**Your task**
Your answer is the lines below, exactly, from the one that contains "v88 (26.65,105,1)" through the one that contains "v93 (-20.70119,10,0)", both included.

**Stored records**
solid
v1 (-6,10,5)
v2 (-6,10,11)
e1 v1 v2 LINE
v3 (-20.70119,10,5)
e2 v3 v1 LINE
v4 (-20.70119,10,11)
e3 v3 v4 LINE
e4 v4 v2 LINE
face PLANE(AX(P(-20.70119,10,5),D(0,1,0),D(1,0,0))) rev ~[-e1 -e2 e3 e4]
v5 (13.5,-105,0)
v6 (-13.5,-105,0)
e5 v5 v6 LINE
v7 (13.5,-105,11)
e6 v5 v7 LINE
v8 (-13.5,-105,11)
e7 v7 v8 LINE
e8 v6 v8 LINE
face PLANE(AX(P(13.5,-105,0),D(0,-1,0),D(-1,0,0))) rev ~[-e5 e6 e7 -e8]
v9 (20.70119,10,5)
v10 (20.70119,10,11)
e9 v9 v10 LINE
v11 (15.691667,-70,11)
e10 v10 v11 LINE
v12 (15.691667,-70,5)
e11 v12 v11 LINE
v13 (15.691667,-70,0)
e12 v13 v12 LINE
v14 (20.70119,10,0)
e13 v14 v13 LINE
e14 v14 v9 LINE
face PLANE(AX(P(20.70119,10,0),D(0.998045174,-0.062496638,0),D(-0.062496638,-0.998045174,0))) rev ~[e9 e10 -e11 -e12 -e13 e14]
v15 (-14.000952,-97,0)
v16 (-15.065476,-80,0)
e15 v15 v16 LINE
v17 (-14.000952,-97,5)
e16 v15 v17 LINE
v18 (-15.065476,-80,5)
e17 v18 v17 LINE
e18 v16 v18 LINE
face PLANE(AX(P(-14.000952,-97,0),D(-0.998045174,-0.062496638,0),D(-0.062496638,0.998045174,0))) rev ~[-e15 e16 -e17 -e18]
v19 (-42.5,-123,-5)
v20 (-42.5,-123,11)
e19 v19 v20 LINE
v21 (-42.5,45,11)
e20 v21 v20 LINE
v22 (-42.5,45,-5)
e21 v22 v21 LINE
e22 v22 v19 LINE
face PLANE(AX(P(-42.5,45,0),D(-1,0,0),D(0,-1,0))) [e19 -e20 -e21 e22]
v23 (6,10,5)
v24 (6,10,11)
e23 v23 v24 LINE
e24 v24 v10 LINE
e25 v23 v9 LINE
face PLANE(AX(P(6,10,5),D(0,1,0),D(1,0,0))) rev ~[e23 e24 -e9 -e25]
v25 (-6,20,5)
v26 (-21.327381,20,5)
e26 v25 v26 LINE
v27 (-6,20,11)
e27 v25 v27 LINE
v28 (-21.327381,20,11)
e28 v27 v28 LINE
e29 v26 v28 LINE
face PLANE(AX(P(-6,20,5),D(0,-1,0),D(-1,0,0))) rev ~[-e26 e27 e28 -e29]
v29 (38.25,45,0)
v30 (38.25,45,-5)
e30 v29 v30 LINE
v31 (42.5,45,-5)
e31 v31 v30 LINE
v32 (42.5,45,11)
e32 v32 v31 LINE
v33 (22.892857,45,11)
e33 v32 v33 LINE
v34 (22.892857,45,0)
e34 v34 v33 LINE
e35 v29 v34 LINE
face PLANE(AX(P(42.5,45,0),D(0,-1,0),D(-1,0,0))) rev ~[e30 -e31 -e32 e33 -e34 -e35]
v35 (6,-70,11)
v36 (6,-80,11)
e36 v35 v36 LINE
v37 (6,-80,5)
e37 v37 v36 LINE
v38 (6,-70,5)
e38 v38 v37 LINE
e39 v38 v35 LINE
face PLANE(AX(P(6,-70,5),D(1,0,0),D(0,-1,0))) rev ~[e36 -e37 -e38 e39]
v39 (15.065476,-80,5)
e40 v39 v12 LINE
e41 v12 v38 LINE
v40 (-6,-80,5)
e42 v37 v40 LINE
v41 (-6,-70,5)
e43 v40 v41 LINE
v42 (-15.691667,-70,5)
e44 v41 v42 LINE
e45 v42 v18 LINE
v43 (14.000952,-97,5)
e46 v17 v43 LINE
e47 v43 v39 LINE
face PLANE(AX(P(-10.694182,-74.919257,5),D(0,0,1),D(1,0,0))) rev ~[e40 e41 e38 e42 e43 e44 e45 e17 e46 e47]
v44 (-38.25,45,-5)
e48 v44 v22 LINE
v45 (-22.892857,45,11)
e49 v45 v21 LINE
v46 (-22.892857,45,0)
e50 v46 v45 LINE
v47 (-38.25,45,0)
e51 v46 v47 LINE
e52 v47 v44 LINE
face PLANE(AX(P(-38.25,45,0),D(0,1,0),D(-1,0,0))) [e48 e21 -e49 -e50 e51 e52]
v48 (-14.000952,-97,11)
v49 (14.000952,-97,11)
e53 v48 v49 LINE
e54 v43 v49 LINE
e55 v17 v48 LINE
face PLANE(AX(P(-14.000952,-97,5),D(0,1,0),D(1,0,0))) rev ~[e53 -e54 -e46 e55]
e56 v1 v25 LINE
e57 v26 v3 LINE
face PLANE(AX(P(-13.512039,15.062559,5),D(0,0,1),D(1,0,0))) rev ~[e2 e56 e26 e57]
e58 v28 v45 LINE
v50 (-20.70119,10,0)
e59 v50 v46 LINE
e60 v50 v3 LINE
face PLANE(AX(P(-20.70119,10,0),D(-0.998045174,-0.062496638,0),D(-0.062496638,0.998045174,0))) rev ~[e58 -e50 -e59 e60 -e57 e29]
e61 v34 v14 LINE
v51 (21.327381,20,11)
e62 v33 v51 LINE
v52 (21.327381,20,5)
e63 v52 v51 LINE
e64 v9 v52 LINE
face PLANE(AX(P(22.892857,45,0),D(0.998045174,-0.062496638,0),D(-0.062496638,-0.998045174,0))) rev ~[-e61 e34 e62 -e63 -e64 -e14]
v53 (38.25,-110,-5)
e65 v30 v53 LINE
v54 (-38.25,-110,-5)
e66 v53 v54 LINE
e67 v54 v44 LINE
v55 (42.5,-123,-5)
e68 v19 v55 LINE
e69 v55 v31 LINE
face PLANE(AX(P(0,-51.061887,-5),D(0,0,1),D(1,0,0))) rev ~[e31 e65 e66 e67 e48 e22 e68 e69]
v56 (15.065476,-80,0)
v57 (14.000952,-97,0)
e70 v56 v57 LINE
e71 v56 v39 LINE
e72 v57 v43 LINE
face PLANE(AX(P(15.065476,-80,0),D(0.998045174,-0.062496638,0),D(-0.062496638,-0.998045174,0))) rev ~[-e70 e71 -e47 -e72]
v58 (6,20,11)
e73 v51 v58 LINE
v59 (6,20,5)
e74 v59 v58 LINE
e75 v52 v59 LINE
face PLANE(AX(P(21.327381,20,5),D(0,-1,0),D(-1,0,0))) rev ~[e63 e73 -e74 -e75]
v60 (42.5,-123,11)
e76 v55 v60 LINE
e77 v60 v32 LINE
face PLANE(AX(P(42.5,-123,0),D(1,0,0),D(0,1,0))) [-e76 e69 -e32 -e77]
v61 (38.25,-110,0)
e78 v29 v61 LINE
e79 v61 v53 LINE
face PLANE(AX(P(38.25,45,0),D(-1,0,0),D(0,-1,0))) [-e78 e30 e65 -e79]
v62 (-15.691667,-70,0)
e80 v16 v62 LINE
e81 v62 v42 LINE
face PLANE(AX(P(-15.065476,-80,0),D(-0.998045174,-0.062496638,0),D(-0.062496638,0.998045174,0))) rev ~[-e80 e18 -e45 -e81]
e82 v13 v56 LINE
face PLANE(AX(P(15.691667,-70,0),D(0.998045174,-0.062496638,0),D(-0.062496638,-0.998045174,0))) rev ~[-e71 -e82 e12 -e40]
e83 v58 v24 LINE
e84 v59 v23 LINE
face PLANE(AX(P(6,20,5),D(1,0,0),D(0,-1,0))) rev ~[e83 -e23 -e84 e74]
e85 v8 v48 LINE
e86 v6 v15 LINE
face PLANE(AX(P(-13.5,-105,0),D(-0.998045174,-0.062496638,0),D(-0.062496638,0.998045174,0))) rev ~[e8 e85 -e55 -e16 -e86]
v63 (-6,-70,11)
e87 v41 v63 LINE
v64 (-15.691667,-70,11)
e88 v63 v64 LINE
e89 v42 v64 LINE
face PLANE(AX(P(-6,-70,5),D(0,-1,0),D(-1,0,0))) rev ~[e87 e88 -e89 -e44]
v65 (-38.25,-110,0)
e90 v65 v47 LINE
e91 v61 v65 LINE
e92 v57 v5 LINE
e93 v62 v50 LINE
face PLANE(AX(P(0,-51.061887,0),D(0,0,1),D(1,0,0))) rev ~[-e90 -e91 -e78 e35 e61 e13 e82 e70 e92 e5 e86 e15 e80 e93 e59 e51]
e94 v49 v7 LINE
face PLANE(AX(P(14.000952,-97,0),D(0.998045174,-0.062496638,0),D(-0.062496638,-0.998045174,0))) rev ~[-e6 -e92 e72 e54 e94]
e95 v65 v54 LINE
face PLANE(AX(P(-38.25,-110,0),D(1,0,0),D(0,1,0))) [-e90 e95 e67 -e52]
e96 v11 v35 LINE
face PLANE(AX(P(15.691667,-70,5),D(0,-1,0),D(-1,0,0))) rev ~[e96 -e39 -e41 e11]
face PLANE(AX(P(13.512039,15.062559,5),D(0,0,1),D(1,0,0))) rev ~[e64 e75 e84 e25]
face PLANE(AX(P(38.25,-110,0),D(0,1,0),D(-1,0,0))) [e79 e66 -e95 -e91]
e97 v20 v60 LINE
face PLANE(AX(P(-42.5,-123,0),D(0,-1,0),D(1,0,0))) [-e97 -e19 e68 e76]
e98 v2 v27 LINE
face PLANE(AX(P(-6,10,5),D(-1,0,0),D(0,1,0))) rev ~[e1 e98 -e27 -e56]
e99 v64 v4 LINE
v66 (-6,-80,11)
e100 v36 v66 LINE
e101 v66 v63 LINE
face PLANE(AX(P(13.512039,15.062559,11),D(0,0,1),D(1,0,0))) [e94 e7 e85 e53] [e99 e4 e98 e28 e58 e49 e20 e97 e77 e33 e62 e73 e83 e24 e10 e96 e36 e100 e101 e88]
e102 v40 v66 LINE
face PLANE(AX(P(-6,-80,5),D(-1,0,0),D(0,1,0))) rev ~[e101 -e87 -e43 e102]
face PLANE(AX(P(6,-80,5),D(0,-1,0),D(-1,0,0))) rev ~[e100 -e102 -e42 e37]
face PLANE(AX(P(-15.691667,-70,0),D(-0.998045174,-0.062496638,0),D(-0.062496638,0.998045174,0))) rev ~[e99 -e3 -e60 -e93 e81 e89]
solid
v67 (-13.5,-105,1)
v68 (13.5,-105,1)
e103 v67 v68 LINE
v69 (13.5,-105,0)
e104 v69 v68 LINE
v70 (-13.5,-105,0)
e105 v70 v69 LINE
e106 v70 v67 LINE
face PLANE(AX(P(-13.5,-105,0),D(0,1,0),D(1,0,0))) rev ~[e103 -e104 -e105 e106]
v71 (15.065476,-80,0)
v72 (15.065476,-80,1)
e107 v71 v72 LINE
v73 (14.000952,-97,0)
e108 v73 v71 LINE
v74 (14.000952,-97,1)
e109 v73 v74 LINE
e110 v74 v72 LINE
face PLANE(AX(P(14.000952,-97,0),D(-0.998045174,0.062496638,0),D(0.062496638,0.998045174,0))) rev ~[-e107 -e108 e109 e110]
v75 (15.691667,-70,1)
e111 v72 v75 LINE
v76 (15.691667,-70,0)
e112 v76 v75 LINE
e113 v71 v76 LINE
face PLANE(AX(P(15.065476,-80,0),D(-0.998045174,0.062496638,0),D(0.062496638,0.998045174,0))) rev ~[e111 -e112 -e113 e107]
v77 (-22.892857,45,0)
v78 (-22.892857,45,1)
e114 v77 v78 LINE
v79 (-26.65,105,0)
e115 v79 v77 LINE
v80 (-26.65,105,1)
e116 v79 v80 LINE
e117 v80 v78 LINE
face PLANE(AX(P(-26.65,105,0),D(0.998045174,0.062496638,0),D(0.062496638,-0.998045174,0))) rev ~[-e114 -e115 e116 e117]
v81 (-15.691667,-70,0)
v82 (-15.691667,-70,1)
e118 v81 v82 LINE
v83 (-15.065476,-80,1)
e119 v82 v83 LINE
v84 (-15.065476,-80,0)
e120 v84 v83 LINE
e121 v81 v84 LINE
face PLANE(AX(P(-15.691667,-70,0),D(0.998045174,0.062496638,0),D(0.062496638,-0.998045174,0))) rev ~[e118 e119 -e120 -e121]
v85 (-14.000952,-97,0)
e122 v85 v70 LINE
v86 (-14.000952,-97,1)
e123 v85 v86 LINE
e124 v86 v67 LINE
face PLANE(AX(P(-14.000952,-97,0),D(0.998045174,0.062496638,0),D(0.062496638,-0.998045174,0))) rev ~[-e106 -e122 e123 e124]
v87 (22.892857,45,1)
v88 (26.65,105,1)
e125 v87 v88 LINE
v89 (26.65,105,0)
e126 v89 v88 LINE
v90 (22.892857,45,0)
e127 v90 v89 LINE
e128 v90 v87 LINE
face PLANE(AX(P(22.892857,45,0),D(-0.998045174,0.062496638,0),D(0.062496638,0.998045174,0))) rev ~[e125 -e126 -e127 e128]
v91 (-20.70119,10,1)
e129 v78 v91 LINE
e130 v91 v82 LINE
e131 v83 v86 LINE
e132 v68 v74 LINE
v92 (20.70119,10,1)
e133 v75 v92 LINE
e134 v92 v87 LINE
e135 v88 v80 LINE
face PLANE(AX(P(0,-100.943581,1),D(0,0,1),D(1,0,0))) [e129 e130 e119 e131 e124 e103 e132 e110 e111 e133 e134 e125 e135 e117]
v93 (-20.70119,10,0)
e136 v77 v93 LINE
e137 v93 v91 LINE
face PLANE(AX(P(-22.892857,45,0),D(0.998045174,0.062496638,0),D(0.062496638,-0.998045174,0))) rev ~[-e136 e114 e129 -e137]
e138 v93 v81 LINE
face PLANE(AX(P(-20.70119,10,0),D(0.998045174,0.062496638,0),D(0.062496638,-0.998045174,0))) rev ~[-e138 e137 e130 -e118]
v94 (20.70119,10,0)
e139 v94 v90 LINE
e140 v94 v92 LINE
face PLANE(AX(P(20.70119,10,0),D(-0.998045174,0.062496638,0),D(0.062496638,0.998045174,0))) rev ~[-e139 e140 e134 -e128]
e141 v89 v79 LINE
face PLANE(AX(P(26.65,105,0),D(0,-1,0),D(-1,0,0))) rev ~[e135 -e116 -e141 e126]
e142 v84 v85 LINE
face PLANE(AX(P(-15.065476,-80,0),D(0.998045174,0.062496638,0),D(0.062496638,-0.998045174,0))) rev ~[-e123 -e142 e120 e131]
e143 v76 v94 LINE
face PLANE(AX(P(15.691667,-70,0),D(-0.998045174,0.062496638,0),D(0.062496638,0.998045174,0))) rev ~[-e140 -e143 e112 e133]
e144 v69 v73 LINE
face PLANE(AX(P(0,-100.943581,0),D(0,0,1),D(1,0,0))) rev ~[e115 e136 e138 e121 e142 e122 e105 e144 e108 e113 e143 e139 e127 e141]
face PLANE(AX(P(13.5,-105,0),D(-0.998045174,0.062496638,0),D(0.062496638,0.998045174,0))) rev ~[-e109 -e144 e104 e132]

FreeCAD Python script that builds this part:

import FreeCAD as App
import Part
import Sketcher

V = App.Vector


def add_polygon(sketch, points):
    """Adds a closed chain of lines whose ends are joined by coincident constraints."""
    first, n = sketch.GeometryCount, len(points)
    for a, b in zip(points, points[1:] + points[:1]):
        sketch.addGeometry(Part.LineSegment(App.Vector(*a, 0), App.Vector(*b, 0)), False)
    for i in range(n):
        sketch.addConstraint(Sketcher.Constraint("Coincident", first + i, 2, first + (i + 1) % n, 1))

doc = App.newDocument("Part")
body = doc.addObject("PartDesign::Body", "Body")

sketch1 = doc.addObject("Sketcher::SketchObject", "Sketch")
body.addObject(sketch1)
sketch1.AttachmentSupport = (doc.XY_Plane, [""])
sketch1.MapMode = "FlatFace"
add_polygon(sketch1, [(-42, 45), (-42, -123), (42, -123), (42, 45), (23, 45), (21, 10), (16, -70), (15, -80), (14, -97), (14, -105), (-14, -105), (-14, -97), (-15, -80), (-16, -70), (-21, 10), (-23, 45)])
sketch1.addConstraint(Sketcher.Constraint("Vertical", 0))
sketch1.addConstraint(Sketcher.Constraint("Horizontal", 1))
sketch1.addConstraint(Sketcher.Constraint("Vertical", 2))
sketch1.addConstraint(Sketcher.Constraint("Horizontal", 3))
sketch1.addConstraint(Sketcher.Constraint("Horizontal", 9))
sketch1.addConstraint(Sketcher.Constraint("Horizontal", 15))
sketch1.addConstraint(Sketcher.Constraint("Symmetric", 7, 2, 10, 2, -2))
sketch1.addConstraint(Sketcher.Constraint("Symmetric", 6, 2, 11, 2, -2))
sketch1.addConstraint(Sketcher.Constraint("Symmetric", 5, 2, 12, 2, -2))
sketch1.addConstraint(Sketcher.Constraint("Symmetric", 4, 2, 13, 2, -2))
sketch1.addConstraint(Sketcher.Constraint("Symmetric", 3, 2, 14, 2, -2))
sketch1.addConstraint(Sketcher.Constraint("Parallel", 4, 5))
sketch1.addConstraint(Sketcher.Constraint("Parallel", 5, 6))
sketch1.addConstraint(Sketcher.Constraint("Parallel", 6, 7))
sketch1.addConstraint(Sketcher.Constraint("Parallel", 7, 8))
sketch1.addConstraint(Sketcher.Constraint("Parallel", 10, 11))
sketch1.addConstraint(Sketcher.Constraint("Equal", 3, 15))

**Expected answer**
v88 (26.65,105,1)
e125 v87 v88 LINE
v89 (26.65,105,0)
e126 v89 v88 LINE
v90 (22.892857,45,0)
e127 v90 v89 LINE
e128 v90 v87 LINE
face PLANE(AX(P(22.892857,45,0),D(-0.998045174,0.062496638,0),D(0.062496638,0.998045174,0))) rev ~[e125 -e126 -e127 e128]
v91 (-20.70119,10,1)
e129 v78 v91 LINE
e130 v91 v82 LINE
e131 v83 v86 LINE
e132 v68 v74 LINE
v92 (20.70119,10,1)
e133 v75 v92 LINE
e134 v92 v87 LINE
e135 v88 v80 LINE
face PLANE(AX(P(0,-100.943581,1),D(0,0,1),D(1,0,0))) [e129 e130 e119 e131 e124 e103 e132 e110 e111 e133 e134 e125 e135 e117]
v93 (-20.70119,10,0)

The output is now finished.